Theory of binding energies of acceptors in semiconductors

Abstract

Acceptor binding energies are calculated using the full 6 × 6 effective-mass acceptor Hamiltonian for both shallow and deep levels. It is found that for homopolar semiconductors (Si and Ge) the method is valid for both shallow and deep acceptors, in agreement with a similar result obtained previously by Pantelides and Sah for donors in Si. Screening the impurity potential by the dielectric function $\epsilon \mathrm{}\left(q\right)\mathrm{}$ is again found to be very important. The point-charge model is found to be adequate for shallow single acceptors and the relatively shallow double acceptors in Ge, but completely inadequate for the deep double acceptors in Si and triple acceptors in Ge. Use of model potentials, however, which reflect the chemical nature of individual impurities, is shown to be capable of reproducing the observed values.

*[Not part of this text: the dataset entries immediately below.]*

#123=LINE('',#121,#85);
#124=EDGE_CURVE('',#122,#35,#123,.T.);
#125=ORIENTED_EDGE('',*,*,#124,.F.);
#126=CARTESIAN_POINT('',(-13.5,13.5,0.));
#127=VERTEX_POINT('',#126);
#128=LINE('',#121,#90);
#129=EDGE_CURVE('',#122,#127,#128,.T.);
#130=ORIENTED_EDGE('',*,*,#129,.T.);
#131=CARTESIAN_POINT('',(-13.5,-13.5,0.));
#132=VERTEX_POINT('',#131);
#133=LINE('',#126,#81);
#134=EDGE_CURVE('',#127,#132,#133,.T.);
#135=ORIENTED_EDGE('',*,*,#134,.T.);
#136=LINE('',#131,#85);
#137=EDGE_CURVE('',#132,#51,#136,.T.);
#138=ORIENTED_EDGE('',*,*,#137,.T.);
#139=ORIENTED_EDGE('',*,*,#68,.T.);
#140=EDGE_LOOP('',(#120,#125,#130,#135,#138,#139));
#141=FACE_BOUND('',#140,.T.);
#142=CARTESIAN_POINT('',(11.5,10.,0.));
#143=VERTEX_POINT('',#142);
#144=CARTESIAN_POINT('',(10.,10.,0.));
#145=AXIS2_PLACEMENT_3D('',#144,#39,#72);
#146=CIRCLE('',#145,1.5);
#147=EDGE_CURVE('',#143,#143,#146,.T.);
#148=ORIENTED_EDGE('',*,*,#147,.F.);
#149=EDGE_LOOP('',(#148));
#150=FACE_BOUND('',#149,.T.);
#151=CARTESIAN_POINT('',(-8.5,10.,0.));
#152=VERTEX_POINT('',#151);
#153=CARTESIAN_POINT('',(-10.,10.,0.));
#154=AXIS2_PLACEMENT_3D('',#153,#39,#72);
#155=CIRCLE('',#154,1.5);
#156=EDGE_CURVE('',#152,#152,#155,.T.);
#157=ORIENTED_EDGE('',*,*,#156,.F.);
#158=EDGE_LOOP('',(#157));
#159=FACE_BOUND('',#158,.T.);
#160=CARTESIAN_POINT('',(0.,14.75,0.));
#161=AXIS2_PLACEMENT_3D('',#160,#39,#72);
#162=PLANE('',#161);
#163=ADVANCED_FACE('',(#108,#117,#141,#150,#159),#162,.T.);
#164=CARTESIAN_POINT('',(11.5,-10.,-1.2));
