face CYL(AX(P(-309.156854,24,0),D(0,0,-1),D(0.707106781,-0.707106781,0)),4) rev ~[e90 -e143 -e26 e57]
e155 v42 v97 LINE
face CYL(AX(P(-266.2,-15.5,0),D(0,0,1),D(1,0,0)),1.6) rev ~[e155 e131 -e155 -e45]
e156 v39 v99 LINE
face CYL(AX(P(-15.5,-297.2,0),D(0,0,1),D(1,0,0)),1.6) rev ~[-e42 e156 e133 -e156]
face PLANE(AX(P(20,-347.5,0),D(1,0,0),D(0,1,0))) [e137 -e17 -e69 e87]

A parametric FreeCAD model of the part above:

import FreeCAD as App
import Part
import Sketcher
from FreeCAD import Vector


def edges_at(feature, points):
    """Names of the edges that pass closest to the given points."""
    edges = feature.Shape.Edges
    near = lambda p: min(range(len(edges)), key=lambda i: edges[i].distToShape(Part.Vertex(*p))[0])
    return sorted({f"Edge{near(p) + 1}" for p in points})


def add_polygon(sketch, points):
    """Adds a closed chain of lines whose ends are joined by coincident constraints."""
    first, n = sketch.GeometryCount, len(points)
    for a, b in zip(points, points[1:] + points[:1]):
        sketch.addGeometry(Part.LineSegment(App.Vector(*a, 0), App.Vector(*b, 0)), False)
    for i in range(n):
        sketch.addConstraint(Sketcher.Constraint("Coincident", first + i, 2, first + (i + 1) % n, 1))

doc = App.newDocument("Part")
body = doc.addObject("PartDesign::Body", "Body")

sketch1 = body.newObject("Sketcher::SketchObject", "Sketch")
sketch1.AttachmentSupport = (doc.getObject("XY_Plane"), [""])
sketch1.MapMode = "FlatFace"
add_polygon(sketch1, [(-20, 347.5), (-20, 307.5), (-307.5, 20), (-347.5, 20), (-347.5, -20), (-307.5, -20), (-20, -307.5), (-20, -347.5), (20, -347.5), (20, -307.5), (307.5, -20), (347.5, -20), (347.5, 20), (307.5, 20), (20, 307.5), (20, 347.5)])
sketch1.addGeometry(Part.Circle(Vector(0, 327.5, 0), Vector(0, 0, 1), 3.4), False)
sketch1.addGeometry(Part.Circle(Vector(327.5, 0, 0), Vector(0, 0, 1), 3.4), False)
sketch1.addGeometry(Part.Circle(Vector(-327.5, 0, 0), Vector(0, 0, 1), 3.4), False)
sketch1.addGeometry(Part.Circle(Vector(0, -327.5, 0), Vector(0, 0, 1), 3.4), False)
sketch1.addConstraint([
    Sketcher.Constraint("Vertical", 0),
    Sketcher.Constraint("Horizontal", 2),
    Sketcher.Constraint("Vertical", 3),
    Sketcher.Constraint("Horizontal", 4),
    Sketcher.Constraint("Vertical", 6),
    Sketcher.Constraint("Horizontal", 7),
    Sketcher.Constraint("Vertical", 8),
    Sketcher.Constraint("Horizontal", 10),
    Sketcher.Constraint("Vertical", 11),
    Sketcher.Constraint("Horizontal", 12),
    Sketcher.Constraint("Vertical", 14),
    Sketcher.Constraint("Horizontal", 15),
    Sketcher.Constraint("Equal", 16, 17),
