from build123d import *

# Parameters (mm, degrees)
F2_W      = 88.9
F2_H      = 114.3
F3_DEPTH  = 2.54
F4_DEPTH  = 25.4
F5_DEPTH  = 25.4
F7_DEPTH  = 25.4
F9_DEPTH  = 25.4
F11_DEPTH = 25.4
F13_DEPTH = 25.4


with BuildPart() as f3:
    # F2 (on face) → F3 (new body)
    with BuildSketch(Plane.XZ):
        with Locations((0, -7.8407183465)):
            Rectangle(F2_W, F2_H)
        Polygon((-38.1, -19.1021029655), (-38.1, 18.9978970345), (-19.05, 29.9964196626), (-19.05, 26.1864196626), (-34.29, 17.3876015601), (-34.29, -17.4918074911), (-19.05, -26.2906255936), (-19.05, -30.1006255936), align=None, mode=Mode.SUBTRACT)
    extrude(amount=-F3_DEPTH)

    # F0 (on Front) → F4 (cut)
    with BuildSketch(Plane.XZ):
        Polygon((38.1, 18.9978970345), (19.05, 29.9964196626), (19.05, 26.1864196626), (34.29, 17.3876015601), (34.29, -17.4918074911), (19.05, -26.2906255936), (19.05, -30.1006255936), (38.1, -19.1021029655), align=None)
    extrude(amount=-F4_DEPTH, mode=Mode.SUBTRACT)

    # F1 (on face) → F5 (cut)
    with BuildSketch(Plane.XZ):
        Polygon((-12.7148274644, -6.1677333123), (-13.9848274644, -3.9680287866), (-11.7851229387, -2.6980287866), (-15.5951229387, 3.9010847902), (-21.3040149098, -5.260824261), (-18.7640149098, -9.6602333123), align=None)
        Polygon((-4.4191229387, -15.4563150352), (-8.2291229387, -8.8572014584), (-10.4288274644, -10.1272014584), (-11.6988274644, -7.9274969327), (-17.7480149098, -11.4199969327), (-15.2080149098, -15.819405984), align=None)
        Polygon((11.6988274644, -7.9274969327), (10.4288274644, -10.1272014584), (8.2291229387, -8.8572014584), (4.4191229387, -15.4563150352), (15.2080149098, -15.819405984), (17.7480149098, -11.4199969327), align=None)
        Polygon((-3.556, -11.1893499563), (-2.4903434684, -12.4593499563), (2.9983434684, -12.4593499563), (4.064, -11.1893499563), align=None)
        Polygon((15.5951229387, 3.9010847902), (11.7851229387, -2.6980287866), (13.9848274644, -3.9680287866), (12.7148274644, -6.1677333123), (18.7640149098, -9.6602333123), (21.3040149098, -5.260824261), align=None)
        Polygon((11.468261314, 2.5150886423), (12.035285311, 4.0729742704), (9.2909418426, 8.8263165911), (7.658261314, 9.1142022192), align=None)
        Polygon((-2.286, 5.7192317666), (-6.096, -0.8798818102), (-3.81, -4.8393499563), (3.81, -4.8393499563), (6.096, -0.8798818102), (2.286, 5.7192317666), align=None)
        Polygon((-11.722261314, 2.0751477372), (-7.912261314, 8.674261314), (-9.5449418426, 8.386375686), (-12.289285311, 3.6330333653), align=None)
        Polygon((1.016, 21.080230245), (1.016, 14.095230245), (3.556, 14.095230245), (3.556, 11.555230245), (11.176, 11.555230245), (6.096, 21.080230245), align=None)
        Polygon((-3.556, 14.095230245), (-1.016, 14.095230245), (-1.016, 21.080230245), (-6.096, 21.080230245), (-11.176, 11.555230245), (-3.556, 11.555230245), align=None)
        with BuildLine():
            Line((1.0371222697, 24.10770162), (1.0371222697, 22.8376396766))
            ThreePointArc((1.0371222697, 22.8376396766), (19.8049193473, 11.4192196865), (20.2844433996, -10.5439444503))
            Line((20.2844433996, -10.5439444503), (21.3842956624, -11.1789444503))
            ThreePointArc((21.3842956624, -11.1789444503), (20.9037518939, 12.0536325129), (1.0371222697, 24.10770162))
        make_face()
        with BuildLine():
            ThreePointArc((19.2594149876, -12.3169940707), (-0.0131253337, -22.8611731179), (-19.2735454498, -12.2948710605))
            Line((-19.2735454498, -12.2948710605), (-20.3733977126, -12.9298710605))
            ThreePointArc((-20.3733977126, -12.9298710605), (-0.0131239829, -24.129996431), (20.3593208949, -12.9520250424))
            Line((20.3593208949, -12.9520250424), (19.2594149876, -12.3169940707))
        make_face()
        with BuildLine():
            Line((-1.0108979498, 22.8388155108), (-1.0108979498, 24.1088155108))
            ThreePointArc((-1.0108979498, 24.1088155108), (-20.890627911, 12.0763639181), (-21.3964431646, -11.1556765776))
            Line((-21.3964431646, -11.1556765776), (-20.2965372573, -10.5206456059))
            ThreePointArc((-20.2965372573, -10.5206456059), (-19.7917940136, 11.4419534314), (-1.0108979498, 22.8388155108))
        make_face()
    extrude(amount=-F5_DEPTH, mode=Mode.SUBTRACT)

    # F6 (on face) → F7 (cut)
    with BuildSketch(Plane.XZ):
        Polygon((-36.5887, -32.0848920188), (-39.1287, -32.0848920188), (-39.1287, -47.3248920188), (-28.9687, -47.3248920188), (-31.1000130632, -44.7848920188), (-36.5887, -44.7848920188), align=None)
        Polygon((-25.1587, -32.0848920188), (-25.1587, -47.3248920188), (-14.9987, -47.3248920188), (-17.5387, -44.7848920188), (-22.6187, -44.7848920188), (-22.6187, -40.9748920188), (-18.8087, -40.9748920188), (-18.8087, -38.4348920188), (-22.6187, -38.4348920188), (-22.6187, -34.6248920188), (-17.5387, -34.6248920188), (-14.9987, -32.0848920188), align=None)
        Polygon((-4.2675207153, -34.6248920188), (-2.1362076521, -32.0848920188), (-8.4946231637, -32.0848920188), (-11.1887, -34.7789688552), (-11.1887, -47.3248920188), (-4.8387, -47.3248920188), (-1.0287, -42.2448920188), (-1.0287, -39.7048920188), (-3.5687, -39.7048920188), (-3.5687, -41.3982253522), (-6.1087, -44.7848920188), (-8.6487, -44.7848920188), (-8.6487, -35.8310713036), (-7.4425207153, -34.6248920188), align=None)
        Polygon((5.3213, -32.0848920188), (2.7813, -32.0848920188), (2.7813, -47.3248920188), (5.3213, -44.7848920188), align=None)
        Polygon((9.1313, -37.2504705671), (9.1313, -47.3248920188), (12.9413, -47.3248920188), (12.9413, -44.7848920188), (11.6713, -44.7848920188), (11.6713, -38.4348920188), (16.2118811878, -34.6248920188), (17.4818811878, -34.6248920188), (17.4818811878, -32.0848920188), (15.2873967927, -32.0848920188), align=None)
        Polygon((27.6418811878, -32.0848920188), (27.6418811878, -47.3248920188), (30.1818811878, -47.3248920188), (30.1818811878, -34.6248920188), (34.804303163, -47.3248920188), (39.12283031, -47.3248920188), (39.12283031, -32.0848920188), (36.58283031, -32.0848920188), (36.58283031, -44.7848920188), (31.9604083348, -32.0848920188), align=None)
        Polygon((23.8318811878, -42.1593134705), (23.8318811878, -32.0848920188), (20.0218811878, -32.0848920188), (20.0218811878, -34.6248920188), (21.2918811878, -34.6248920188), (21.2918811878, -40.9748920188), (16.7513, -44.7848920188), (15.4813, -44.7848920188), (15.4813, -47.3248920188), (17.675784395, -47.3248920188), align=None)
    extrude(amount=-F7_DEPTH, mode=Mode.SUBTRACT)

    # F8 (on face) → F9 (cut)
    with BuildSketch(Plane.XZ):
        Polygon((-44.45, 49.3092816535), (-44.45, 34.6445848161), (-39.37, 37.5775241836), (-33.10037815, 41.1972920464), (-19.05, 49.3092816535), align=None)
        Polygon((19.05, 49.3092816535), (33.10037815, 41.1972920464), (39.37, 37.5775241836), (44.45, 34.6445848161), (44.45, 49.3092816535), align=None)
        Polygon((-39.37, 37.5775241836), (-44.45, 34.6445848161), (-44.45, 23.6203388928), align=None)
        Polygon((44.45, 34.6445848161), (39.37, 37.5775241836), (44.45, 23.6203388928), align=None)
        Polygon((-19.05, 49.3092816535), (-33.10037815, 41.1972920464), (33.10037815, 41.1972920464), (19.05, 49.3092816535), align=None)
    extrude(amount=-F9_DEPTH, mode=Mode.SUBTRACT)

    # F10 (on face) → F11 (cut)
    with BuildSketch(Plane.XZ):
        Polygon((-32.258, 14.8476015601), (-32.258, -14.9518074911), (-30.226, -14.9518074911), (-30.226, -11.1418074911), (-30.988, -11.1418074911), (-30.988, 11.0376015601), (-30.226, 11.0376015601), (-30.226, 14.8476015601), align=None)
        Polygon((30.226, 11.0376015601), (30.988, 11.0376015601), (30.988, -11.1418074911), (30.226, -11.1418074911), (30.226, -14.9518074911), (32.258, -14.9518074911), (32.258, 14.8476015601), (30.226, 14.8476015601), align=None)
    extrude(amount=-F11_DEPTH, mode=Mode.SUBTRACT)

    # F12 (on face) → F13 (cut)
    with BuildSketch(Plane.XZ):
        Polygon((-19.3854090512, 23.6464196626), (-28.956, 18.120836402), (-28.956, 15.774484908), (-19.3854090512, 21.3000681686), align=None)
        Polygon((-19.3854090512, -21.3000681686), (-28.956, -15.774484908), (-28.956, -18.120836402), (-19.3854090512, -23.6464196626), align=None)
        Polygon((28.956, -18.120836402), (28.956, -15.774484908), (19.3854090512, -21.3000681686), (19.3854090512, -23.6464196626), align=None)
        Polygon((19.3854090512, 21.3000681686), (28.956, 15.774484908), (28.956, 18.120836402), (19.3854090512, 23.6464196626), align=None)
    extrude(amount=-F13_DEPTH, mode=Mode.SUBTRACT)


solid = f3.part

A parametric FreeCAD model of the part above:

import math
import FreeCAD as App
import Part
import Sketcher

V = App.Vector
Q = App.Units.Quantity

doc = App.newDocument("Part")
body = doc.addObject("PartDesign::Body", "Body")

sketch1 = body.newObject("Sketcher::SketchObject", "Sketch")
sketch1.AttachmentSupport = (doc.getObject("XZ_Plane"), [""])
sketch1.MapMode = "FlatFace"
sketch1.addGeometry([
    Part.LineSegment(V(-44.45, 49.309282, 0), V(-44.45, -64.990718, 0)),
    Part.LineSegment(V(-44.45, -64.990718, 0), V(44.45, -64.990718, 0)),
    Part.LineSegment(V(44.45, -64.990718, 0), V(44.45, 49.309282, 0)),
    Part.LineSegment(V(44.45, 49.309282, 0), V(-44.45, 49.309282, 0)),
    Part.LineSegment(V(-19.05, -30.100626, 0), V(-38.1, -19.102103, 0)),
    Part.LineSegment(V(-38.1, -19.102103, 0), V(-38.1, 18.997897, 0)),
    Part.LineSegment(V(-38.1, 18.997897, 0), V(-19.05, 29.99642, 0)),
    Part.LineSegment(V(-19.05, 29.99642, 0), V(-19.05, 26.18642, 0)),
    Part.LineSegment(V(-19.05, 26.18642, 0), V(-34.29, 17.387602, 0)),
    Part.LineSegment(V(-34.29, 17.387602, 0), V(-34.29, -17.491807, 0)),
    Part.LineSegment(V(-34.29, -17.491807, 0), V(-19.05, -26.290626, 0)),
    Part.LineSegment(V(-19.05, -26.290626, 0), V(-19.05, -30.100626, 0)),
], False)
sketch1.addConstraint([
    Sketcher.Constraint("Coincident", 0, 2, 1, 1),
    Sketcher.Constraint("Coincident", 1, 2, 2, 1),
    Sketcher.Constraint("Coincident", 2, 2, 3, 1),
    Sketcher.Constraint("Coincident", 3, 2, 0, 1),
    Sketcher.Constraint("Coincident", 4, 2, 5, 1),
    Sketcher.Constraint("Coincident", 5, 2, 6, 1),
    Sketcher.Constraint("Coincident", 6, 2, 7, 1),
    Sketcher.Constraint("Coincident", 7, 2, 8, 1),
    Sketcher.Constraint("Coincident", 8, 2, 9, 1),
    Sketcher.Constraint("Coincident", 9, 2, 10, 1),
    Sketcher.Constraint("Coincident", 10, 2, 11, 1),
    Sketcher.Constraint("Coincident", 11, 2, 4, 1),
    Sketcher.Constraint("Vertical", 0),
    Sketcher.Constraint("Horizontal", 1),
    Sketcher.Constraint("Vertical", 2),
    Sketcher.Constraint("Horizontal", 3),
    Sketcher.Constraint("Vertical", 5),
    Sketcher.Constraint("Vertical", 7),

When model potentials from the literature are used, agreement with experiment is only modest, due to a sensitivity of the calculation on the core part of the impurity potential. Similar calculations in heteropolar semiconductors (GaP, GaAs, etc.) show that good agreement is obtained only for very shallow levels. For deeper levels, effects due to differences in the anion and cation sites are dominant. It is argued that these effects lie outside the effective-mass theory.